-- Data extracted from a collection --
○ ○ ○ ○
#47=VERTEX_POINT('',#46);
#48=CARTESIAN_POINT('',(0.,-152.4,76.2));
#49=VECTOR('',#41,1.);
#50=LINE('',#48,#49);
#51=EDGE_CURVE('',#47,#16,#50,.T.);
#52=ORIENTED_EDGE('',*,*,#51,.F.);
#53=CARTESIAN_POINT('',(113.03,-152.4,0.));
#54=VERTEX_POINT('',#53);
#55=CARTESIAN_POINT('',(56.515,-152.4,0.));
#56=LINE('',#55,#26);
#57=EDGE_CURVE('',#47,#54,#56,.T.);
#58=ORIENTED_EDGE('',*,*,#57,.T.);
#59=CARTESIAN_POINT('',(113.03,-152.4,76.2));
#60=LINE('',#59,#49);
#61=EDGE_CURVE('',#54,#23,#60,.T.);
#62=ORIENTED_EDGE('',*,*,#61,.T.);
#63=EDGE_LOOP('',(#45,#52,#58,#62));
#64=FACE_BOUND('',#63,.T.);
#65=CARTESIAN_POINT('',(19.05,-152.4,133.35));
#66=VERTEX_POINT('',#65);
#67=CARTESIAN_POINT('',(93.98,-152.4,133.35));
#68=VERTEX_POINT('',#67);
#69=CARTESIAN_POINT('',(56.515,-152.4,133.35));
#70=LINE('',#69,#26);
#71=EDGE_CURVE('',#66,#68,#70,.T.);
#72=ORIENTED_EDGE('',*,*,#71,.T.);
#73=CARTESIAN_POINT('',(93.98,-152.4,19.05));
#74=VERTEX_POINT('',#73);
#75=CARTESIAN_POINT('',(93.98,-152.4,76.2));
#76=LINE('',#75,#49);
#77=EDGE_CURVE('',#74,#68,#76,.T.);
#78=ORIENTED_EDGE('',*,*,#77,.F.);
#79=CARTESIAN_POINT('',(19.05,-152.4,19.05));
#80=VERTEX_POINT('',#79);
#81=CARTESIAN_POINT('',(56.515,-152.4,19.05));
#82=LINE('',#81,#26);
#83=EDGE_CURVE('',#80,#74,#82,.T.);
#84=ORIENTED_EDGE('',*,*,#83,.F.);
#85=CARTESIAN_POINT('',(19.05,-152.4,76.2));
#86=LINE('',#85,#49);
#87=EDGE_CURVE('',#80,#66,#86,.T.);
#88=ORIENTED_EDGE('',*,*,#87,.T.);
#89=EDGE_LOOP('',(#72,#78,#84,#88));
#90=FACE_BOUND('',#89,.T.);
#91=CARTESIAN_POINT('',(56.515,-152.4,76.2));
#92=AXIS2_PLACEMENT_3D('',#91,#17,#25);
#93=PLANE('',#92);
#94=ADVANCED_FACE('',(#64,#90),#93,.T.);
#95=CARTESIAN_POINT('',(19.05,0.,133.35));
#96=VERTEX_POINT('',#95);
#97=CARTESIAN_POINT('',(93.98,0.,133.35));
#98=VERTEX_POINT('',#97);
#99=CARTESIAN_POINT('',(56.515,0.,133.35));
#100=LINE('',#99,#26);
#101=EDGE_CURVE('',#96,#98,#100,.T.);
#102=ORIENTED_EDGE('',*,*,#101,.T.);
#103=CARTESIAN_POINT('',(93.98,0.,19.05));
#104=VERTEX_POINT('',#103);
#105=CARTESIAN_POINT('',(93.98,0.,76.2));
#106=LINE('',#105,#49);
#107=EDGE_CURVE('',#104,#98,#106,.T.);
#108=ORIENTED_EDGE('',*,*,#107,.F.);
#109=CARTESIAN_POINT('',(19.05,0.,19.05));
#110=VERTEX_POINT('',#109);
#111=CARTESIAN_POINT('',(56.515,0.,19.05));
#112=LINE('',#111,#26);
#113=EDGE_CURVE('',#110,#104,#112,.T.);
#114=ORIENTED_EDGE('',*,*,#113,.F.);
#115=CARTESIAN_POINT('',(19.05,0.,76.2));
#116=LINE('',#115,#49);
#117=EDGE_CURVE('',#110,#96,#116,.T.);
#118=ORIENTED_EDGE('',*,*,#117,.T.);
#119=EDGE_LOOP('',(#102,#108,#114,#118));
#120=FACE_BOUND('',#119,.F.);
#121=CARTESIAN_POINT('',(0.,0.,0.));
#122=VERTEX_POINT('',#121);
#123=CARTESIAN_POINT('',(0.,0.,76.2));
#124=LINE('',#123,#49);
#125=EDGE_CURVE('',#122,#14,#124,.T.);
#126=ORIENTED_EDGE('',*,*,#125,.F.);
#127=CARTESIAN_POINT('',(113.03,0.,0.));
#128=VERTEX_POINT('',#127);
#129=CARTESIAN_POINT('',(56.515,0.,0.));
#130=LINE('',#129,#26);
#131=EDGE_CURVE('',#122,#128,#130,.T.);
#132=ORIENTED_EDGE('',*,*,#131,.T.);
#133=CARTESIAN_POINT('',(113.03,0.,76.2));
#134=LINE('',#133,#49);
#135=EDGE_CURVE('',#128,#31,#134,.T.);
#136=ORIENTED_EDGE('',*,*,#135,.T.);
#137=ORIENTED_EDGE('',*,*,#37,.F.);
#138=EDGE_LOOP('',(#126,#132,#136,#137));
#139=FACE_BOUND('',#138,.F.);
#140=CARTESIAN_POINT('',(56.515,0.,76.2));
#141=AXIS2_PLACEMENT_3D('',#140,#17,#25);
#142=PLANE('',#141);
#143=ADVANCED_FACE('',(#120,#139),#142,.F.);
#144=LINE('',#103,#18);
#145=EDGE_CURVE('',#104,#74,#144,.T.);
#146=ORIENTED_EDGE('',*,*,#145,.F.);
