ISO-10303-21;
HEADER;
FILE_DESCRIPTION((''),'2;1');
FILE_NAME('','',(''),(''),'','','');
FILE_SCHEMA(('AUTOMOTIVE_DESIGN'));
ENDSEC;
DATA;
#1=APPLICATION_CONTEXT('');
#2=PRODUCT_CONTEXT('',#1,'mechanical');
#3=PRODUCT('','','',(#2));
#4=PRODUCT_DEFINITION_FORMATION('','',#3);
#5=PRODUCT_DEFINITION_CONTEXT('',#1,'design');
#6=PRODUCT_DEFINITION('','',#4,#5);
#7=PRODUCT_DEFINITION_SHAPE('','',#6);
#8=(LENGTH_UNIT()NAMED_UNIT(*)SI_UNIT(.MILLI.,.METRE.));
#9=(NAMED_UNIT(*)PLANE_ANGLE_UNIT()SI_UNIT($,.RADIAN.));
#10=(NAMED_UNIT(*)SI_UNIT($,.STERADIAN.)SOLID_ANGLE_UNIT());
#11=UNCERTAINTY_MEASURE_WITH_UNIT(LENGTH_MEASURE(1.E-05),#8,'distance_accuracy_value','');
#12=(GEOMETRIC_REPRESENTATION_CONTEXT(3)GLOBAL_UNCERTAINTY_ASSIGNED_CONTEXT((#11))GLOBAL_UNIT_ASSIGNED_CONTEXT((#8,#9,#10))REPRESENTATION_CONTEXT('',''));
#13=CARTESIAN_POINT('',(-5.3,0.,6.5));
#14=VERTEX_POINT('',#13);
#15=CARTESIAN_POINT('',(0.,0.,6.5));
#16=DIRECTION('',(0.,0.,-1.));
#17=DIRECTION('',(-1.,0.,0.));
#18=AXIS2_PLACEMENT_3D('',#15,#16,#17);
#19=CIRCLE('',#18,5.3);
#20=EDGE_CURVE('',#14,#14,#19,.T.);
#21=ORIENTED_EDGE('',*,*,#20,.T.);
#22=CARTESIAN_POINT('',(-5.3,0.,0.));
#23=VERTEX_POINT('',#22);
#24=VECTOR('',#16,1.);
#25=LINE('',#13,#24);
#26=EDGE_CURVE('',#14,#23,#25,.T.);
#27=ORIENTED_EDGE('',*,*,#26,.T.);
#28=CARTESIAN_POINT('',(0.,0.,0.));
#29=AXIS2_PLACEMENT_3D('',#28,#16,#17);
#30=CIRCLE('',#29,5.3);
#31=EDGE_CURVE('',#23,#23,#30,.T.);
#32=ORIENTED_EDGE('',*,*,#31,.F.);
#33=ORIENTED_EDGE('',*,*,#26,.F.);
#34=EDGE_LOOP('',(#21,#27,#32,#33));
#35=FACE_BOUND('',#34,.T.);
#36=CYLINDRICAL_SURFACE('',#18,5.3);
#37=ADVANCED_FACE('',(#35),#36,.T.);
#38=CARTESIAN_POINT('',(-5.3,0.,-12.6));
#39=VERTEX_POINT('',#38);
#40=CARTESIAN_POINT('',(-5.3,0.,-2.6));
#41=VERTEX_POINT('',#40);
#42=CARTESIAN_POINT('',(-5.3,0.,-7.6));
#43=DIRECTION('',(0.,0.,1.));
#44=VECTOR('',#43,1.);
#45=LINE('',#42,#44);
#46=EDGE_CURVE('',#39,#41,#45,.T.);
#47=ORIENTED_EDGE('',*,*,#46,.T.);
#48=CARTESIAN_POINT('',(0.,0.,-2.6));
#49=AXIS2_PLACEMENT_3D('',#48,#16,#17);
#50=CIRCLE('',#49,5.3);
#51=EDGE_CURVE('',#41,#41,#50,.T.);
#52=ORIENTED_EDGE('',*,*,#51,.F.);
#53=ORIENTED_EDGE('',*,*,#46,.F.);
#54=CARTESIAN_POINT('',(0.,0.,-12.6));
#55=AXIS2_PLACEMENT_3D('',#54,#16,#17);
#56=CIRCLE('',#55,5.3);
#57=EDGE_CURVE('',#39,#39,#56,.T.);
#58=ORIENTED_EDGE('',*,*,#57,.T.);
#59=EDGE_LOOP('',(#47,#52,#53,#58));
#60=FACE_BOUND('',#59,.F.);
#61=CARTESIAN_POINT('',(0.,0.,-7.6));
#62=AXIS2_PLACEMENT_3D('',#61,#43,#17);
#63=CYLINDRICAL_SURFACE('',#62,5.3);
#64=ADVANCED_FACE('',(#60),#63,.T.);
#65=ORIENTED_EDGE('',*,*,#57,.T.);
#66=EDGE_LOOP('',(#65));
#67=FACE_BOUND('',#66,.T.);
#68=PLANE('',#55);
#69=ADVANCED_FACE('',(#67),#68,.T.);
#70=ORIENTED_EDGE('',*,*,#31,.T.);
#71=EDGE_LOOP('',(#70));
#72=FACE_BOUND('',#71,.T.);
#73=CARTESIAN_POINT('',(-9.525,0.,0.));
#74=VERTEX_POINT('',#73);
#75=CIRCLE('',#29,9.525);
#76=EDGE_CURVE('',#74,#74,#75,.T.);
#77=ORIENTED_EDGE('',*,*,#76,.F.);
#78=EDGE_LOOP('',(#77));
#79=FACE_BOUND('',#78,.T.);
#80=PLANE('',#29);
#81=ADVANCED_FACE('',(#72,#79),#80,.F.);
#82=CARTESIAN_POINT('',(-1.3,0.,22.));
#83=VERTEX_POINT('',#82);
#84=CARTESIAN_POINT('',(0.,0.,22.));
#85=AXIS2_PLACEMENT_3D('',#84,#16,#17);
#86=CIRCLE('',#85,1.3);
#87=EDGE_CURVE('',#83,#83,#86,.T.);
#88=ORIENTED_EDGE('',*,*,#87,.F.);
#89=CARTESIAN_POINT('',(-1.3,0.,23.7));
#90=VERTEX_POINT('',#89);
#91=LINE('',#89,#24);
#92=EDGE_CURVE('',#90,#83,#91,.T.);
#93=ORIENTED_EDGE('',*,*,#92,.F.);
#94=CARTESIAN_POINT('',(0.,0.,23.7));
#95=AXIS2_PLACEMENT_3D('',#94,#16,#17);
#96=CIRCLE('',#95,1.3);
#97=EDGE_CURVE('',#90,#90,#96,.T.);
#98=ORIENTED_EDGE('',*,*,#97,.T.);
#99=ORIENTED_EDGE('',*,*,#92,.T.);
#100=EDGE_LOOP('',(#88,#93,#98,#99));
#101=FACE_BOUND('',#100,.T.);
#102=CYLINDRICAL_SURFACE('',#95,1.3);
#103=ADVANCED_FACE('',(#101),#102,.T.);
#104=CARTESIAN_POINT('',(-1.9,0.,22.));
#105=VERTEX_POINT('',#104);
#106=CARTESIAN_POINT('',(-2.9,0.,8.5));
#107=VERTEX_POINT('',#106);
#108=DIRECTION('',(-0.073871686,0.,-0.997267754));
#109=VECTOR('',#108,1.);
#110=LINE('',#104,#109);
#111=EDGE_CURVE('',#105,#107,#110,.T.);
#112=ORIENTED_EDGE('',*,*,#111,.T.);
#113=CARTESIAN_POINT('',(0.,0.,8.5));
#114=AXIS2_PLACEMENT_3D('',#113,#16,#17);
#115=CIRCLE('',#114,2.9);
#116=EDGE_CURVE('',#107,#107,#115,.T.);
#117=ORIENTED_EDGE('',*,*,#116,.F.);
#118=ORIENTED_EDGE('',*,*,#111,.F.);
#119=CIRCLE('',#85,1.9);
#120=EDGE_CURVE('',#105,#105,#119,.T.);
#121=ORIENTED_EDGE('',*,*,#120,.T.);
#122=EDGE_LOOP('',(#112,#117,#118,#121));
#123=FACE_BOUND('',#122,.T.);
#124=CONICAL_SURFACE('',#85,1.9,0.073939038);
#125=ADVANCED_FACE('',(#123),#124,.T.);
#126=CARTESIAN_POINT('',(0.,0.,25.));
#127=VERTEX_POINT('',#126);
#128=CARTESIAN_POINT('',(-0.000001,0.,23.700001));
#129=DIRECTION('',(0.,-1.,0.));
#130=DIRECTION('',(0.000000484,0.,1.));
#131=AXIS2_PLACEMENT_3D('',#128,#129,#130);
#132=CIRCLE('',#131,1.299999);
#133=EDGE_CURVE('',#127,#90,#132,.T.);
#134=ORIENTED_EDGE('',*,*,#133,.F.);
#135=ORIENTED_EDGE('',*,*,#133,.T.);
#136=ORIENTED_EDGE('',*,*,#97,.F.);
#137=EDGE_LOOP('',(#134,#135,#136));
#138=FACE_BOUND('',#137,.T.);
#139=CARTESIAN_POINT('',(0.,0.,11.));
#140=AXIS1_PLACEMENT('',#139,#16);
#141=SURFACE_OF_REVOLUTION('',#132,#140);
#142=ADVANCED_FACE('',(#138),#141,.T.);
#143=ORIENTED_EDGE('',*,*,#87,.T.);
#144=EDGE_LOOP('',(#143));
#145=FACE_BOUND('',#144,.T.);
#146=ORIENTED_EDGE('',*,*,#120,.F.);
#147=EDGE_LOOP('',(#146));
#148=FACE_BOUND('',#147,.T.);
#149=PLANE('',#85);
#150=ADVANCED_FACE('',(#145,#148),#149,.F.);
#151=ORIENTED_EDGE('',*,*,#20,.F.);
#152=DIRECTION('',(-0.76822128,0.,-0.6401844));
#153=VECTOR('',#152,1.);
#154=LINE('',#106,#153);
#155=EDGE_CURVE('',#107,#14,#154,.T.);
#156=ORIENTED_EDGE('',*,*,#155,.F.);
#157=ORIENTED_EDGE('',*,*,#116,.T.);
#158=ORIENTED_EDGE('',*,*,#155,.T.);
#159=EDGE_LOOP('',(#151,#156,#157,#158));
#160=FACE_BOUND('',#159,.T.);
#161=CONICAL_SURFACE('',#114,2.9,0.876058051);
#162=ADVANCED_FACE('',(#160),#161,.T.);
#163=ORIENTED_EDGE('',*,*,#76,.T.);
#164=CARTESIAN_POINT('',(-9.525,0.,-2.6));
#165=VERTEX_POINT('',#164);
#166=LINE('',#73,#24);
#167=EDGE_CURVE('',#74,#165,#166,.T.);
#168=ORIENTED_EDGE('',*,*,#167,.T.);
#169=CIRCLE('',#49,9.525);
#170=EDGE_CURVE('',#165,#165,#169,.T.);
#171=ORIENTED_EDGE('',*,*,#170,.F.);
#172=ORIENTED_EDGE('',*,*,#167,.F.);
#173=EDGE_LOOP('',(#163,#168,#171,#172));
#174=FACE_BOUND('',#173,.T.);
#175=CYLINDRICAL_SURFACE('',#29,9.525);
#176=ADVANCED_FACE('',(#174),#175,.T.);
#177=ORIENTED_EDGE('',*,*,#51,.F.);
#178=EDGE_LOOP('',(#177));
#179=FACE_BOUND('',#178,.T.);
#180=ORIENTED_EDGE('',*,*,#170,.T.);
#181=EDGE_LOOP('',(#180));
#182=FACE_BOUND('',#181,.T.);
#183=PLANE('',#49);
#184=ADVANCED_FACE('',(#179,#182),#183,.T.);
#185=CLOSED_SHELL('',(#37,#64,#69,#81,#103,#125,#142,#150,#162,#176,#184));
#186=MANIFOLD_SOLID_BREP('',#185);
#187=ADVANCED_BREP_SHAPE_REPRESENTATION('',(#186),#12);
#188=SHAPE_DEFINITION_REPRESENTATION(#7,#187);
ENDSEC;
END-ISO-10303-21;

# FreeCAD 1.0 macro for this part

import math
import FreeCAD as App
import Part
import Sketcher
Q = App.Units.Quantity

doc = App.newDocument("Part")
body = doc.addObject("PartDesign::Body", "Body")

# Sketch on XZ plane
sketch1 = body.newObject("Sketcher::SketchObject", "Sketch")
sketch1.AttachmentSupport = (doc.getObject("XZ_Plane"), [""])
sketch1.MapMode = "FlatFace"
sketch1.addGeometry(Part.LineSegment(App.Vector(-1.3, 22, 0), App.Vector(-1.9, 22, 0)), False)
sketch1.addGeometry(Part.LineSegment(App.Vector(-1.9, 22, 0), App.Vector(-2.9, 8.5, 0)), False)
sketch1.addGeometry(Part.LineSegment(App.Vector(-2.9, 8.5, 0), App.Vector(-5.3, 6.5, 0)), False)
sketch1.addGeometry(Part.LineSegment(App.Vector(-5.3, 6.5, 0), App.Vector(-5.3, 0, 0)), False)
sketch1.addGeometry(Part.LineSegment(App.Vector(-5.3, 0, 0), App.Vector(-9.5, 0, 0)), False)
sketch1.addGeometry(Part.LineSegment(App.Vector(-9.5, 0, 0), App.Vector(-9.5, -2.6, 0)), False)
sketch1.addGeometry(Part.LineSegment(App.Vector(-9.5, -2.6, 0), App.Vector(-5.3, -2.6, 0)), False)
sketch1.addGeometry(Part.LineSegment(App.Vector(-5.3, -2.6, 0), App.Vector(-5.3, -12.6, 0)), False)
sketch1.addGeometry(Part.LineSegment(App.Vector(-5.3, -12.6, 0), App.Vector(0, -12.6, 0)), False)
sketch1.addGeometry(Part.LineSegment(App.Vector(0, -12.6, 0), App.Vector(0, 25, 0)), False)
sketch1.addGeometry(Part.ArcOfCircle(Part.Circle(App.Vector(0, 23.7, 0), App.Vector(0, 0, 1), 1.3), math.radians(90), math.radians(180)), False)
sketch1.addGeometry(Part.LineSegment(App.Vector(-1.3, 23.7, 0), App.Vector(-1.3, 22, 0)), False)
sketch1.addConstraint(Sketcher.Constraint("Coincident", 0, 2, 1, 1))
sketch1.addConstraint(Sketcher.Constraint("Coincident", 1, 2, 2, 1))
sketch1.addConstraint(Sketcher.Constraint("Coincident", 2, 2, 3, 1))
sketch1.addConstraint(Sketcher.Constraint("Coincident", 3, 2, 4, 1))
sketch1.addConstraint(Sketcher.Constraint("Coincident", 4, 2, 5, 1))
sketch1.addConstraint(Sketcher.Constraint("Coincident", 5, 2, 6, 1))
sketch1.addConstraint(Sketcher.Constraint("Coincident", 6, 2, 7, 1))
sketch1.addConstraint(Sketcher.Constraint("Coincident", 7, 2, 8, 1))
sketch1.addConstraint(Sketcher.Constraint("Coincident", 8, 2, 9, 1))
sketch1.addConstraint(Sketcher.Constraint("Coincident", 9, 2, 10, 1))
sketch1.addConstraint(Sketcher.Constraint("Tangent", 10, 2, 11, 1))
sketch1.addConstraint(Sketcher.Constraint("Coincident", 11, 2, 0, 1))
sketch1.addConstraint(Sketcher.Constraint("Horizontal", 0))
sketch1.addConstraint(Sketcher.Constraint("Vertical", 3))
sketch1.addConstraint(Sketcher.Constraint("Horizontal", 4))
sketch1.addConstraint(Sketcher.Constraint("Vertical", 5))
sketch1.addConstraint(Sketcher.Constraint("Horizontal", 6))
sketch1.addConstraint(Sketcher.Constraint("Vertical", 7))
sketch1.addConstraint(Sketcher.Constraint("Horizontal", 8))
sketch1.addConstraint(Sketcher.Constraint("Vertical", 9))
sketch1.addConstraint(Sketcher.Constraint("Vertical", 11))
sketch1.addConstraint(Sketcher.Constraint("PointOnObject", 10, 3, -2))
sketch1.addConstraint(Sketcher.Constraint("PointOnObject", 3, 2, -1))
sketch1.addConstraint(Sketcher.Constraint("PointOnObject", 8, 2, -2))
sketch1.addConstraint(Sketcher.Constraint("Vertical", 3, 2, 6, 2))
sketch1.addConstraint(Sketcher.Constraint("Radius", 10, Q("1.299999 mm")))
sketch1.addConstraint(Sketcher.Constraint("DistanceY", 7, 2, 7, 1, Q("10 mm")))
sketch1.addConstraint(Sketcher.Constraint("DistanceX", 0, 2, 0, 1, Q("0.6 mm")))
sketch1.addConstraint(Sketcher.Constraint("DistanceX", 8, 1, 8, 2, Q("5.3 mm")))
sketch1.addConstraint(Sketcher.Constraint("DistanceY", 3, 2, 3, 1, Q("6.5 mm")))
sketch1.addConstraint(Sketcher.Constraint("DistanceY", 5, 2, 5, 1, Q("2.6 mm")))
sketch1.addConstraint(Sketcher.Constraint("DistanceY", 9, 1, 9, 2, Q("37.6 mm")))
sketch1.addConstraint(Sketcher.Constraint("DistanceY", 11, 2, 11, 1, Q("1.7 mm")))
sketch1.addConstraint(Sketcher.Constraint("DistanceX", 1, 2, 0, 2, Q("1 mm")))
sketch1.addConstraint(Sketcher.Constraint("DistanceY", 2, 2, 1, 2, Q("2 mm")))
sketch1.addConstraint(Sketcher.Constraint("DistanceX", 4, 2, 4, 1, Q("4.225 mm")))
revolution = body.newObject("PartDesign::Revolution", "Revolution")
revolution.Profile = sketch1
revolution.ReferenceAxis = (sketch1, ["V_Axis"])
revolution.Angle = 360

doc.recompute()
○ ○ ○ ○
Would you please repeat exactly the lines above, starting at the line with "#68=PLANE('',#55);" and stopping at the line with "#93=ORIENTED_EDGE('',*,*,#92,.F.);", both included?

-- SOLVED EXERCISE --
#68=PLANE('',#55);
#69=ADVANCED_FACE('',(#67),#68,.T.);
#70=ORIENTED_EDGE('',*,*,#31,.T.);
#71=EDGE_LOOP('',(#70));
#72=FACE_BOUND('',#71,.T.);
#73=CARTESIAN_POINT('',(-9.525,0.,0.));
#74=VERTEX_POINT('',#73);
#75=CIRCLE('',#29,9.525);
#76=EDGE_CURVE('',#74,#74,#75,.T.);
#77=ORIENTED_EDGE('',*,*,#76,.F.);
#78=EDGE_LOOP('',(#77));
#79=FACE_BOUND('',#78,.T.);
#80=PLANE('',#29);
#81=ADVANCED_FACE('',(#72,#79),#80,.F.);
#82=CARTESIAN_POINT('',(-1.3,0.,22.));
#83=VERTEX_POINT('',#82);
#84=CARTESIAN_POINT('',(0.,0.,22.));
#85=AXIS2_PLACEMENT_3D('',#84,#16,#17);
#86=CIRCLE('',#85,1.3);
#87=EDGE_CURVE('',#83,#83,#86,.T.);
#88=ORIENTED_EDGE('',*,*,#87,.F.);
#89=CARTESIAN_POINT('',(-1.3,0.,23.7));
#90=VERTEX_POINT('',#89);
#91=LINE('',#89,#24);
#92=EDGE_CURVE('',#90,#83,#91,.T.);
#93=ORIENTED_EDGE('',*,*,#92,.F.);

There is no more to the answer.